## Problem
For the material below, output exactly the span from the line with "# 草图13 → 凸台-拉伸4 (add)" to the line with "Rebuilt in FreeCAD, every", including both, and nothing besides.

## Input for this task

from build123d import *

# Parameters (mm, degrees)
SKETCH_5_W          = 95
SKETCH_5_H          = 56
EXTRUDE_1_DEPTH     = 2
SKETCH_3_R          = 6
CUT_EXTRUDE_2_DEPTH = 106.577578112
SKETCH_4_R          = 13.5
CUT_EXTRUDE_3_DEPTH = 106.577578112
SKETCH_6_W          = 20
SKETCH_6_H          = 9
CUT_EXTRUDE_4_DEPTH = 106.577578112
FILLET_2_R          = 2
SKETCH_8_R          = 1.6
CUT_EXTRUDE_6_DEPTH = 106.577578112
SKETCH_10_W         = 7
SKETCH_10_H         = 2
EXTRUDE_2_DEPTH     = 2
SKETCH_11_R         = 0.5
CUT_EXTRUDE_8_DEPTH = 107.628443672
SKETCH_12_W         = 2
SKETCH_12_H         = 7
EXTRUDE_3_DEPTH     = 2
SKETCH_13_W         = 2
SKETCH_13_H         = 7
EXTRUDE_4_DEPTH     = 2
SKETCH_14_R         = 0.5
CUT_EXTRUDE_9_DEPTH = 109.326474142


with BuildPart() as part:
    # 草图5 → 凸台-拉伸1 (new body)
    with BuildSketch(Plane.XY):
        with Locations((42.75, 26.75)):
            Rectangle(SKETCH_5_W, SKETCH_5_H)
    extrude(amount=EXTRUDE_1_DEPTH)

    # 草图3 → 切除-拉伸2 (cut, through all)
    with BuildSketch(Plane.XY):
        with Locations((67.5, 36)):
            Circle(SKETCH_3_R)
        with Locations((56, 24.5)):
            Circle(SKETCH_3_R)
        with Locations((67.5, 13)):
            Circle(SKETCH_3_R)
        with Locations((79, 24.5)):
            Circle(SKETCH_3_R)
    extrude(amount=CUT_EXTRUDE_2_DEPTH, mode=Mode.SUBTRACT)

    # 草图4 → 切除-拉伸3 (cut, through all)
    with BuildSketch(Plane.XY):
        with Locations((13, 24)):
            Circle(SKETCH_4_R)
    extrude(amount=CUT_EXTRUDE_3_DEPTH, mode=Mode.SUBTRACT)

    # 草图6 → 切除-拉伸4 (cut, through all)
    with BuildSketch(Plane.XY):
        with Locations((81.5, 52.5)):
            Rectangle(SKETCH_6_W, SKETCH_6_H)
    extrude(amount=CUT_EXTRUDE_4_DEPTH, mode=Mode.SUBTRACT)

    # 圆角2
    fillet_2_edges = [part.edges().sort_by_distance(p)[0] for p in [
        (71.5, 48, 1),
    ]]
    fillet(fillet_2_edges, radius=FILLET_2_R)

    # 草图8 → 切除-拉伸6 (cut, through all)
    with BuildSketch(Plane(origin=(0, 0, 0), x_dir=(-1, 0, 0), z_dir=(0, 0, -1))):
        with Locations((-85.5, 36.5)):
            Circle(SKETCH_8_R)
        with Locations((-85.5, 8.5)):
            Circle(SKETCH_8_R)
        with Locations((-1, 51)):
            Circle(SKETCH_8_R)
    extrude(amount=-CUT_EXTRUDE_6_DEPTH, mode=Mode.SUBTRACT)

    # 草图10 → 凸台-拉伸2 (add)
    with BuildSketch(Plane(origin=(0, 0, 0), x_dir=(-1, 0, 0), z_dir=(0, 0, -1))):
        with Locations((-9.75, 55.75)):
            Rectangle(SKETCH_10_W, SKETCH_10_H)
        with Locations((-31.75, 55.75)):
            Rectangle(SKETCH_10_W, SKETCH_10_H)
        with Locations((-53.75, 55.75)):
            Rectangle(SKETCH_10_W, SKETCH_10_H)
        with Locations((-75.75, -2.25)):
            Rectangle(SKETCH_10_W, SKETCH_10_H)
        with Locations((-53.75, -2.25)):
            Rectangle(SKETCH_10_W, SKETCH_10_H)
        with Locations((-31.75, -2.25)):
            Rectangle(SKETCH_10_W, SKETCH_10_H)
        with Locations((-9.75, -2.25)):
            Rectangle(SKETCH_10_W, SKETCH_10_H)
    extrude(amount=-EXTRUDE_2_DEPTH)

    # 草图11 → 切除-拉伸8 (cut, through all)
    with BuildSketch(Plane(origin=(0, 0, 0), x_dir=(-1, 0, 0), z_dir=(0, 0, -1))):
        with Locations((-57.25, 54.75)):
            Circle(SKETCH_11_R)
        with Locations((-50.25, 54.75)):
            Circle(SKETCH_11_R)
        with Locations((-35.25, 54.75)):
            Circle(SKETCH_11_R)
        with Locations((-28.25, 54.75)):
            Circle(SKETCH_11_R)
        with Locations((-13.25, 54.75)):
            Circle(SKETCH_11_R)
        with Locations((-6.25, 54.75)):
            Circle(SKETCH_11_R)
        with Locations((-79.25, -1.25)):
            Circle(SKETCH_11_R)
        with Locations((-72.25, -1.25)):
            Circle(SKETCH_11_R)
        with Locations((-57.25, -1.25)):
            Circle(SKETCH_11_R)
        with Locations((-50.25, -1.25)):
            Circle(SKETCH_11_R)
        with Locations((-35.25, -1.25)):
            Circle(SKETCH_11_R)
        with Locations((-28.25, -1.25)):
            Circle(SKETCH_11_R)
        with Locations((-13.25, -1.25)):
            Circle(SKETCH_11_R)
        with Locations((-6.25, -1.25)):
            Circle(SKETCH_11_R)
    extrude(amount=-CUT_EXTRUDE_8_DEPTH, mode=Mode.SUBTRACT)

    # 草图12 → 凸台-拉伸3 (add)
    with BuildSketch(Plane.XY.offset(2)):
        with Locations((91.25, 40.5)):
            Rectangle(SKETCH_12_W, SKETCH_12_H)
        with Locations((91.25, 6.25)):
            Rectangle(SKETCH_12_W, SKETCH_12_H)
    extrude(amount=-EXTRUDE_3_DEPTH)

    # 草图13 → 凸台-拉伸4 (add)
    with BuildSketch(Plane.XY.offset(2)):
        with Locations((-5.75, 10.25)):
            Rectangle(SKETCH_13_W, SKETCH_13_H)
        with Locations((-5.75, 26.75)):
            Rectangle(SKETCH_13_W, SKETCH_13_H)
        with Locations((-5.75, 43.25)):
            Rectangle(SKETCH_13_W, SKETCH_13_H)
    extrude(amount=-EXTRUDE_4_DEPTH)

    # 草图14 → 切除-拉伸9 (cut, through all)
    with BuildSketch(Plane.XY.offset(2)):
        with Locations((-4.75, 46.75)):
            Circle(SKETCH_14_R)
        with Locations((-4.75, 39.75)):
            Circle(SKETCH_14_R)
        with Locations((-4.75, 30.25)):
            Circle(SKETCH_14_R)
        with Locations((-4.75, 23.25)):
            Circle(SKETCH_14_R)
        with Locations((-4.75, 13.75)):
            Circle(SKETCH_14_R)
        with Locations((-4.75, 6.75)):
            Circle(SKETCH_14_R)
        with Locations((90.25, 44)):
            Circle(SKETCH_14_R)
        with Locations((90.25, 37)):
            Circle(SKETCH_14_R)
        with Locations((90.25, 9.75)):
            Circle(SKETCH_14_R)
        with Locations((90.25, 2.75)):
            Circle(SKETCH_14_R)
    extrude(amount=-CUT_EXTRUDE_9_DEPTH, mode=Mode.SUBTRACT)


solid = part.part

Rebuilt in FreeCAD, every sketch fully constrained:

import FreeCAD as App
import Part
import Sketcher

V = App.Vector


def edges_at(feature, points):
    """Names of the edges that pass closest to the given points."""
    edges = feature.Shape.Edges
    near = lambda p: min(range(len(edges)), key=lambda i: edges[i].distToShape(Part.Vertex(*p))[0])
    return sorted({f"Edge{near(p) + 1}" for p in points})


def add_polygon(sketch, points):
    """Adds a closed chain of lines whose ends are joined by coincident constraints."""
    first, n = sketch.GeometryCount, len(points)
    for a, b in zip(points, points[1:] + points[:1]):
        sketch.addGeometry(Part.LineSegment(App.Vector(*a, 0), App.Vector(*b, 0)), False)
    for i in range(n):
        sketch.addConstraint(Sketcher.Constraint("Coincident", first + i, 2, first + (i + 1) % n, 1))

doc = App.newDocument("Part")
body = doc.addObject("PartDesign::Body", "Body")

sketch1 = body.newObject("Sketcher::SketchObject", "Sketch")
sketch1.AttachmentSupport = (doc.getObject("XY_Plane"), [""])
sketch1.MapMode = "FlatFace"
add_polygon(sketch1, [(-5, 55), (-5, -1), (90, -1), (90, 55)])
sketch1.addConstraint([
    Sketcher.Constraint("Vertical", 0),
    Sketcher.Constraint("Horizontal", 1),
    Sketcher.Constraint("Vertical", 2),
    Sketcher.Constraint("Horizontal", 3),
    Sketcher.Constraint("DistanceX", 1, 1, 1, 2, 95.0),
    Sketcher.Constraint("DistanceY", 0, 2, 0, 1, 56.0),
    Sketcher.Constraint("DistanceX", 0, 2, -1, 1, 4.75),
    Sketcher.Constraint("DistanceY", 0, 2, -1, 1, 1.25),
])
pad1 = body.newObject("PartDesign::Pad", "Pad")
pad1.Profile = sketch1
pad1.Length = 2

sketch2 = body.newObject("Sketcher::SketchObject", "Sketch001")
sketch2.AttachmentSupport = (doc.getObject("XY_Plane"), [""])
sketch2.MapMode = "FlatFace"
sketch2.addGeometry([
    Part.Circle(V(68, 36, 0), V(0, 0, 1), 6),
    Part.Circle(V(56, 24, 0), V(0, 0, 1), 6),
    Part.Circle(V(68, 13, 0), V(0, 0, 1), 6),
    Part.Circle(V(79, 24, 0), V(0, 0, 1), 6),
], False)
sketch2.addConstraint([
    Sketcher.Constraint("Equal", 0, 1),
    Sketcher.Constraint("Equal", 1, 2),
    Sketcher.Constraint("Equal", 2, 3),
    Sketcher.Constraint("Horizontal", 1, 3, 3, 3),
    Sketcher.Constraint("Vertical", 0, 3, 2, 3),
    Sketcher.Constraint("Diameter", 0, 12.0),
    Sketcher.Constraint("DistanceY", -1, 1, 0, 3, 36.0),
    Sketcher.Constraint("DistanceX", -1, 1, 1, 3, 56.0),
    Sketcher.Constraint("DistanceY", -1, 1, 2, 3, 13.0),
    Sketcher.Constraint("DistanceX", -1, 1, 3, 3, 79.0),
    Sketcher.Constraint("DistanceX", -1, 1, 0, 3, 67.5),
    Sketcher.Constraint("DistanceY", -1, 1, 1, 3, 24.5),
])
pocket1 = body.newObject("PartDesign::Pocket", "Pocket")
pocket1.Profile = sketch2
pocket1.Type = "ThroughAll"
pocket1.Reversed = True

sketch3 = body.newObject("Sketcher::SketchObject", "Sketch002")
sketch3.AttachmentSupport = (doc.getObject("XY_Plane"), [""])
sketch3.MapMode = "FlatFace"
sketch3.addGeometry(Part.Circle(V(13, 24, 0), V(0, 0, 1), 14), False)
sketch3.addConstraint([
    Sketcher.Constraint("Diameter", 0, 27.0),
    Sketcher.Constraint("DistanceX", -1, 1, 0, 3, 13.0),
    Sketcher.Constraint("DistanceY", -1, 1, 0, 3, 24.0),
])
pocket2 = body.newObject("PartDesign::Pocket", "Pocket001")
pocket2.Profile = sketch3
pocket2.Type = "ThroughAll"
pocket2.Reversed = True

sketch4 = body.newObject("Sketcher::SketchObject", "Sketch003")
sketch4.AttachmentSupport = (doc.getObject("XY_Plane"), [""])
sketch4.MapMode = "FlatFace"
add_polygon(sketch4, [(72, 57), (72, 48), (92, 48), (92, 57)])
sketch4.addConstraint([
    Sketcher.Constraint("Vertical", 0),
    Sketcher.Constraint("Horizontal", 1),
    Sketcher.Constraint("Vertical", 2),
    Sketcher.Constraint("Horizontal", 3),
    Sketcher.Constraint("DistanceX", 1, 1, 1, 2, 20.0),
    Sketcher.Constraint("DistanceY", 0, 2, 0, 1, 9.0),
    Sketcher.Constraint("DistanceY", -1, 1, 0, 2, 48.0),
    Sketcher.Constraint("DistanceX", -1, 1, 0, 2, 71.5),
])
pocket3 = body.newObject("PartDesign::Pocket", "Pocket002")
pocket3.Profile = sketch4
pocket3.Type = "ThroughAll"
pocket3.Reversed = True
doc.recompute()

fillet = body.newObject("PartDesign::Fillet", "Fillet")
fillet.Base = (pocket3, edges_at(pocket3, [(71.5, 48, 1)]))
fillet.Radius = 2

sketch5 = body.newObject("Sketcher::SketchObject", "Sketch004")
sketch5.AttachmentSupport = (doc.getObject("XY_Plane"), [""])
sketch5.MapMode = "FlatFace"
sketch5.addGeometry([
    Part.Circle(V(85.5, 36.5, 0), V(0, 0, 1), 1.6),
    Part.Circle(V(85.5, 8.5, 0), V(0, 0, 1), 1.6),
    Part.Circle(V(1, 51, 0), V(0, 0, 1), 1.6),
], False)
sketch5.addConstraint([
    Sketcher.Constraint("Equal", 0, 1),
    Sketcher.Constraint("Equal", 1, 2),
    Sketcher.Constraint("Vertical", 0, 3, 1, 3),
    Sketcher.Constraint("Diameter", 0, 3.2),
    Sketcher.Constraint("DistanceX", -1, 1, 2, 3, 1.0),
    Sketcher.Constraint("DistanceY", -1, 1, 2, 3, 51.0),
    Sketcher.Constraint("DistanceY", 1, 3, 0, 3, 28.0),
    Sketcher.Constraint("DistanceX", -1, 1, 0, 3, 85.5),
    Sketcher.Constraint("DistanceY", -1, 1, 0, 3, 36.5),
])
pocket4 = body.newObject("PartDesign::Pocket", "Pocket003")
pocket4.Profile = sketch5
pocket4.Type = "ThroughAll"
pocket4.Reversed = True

## Completed exercise
    # 草图13 → 凸台-拉伸4 (add)
    with BuildSketch(Plane.XY.offset(2)):
        with Locations((-5.75, 10.25)):
            Rectangle(SKETCH_13_W, SKETCH_13_H)
        with Locations((-5.75, 26.75)):
            Rectangle(SKETCH_13_W, SKETCH_13_H)
        with Locations((-5.75, 43.25)):
            Rectangle(SKETCH_13_W, SKETCH_13_H)
    extrude(amount=-EXTRUDE_4_DEPTH)

    # 草图14 → 切除-拉伸9 (cut, through all)
    with BuildSketch(Plane.XY.offset(2)):
        with Locations((-4.75, 46.75)):
            Circle(SKETCH_14_R)
        with Locations((-4.75, 39.75)):
            Circle(SKETCH_14_R)
        with Locations((-4.75, 30.25)):
            Circle(SKETCH_14_R)
        with Locations((-4.75, 23.25)):
            Circle(SKETCH_14_R)
        with Locations((-4.75, 13.75)):
            Circle(SKETCH_14_R)
        with Locations((-4.75, 6.75)):
            Circle(SKETCH_14_R)
        with Locations((90.25, 44)):
            Circle(SKETCH_14_R)
        with Locations((90.25, 37)):
            Circle(SKETCH_14_R)
        with Locations((90.25, 9.75)):
            Circle(SKETCH_14_R)
        with Locations((90.25, 2.75)):
            Circle(SKETCH_14_R)
    extrude(amount=-CUT_EXTRUDE_9_DEPTH, mode=Mode.SUBTRACT)


solid = part.part

Rebuilt in FreeCAD, every sketch fully constrained:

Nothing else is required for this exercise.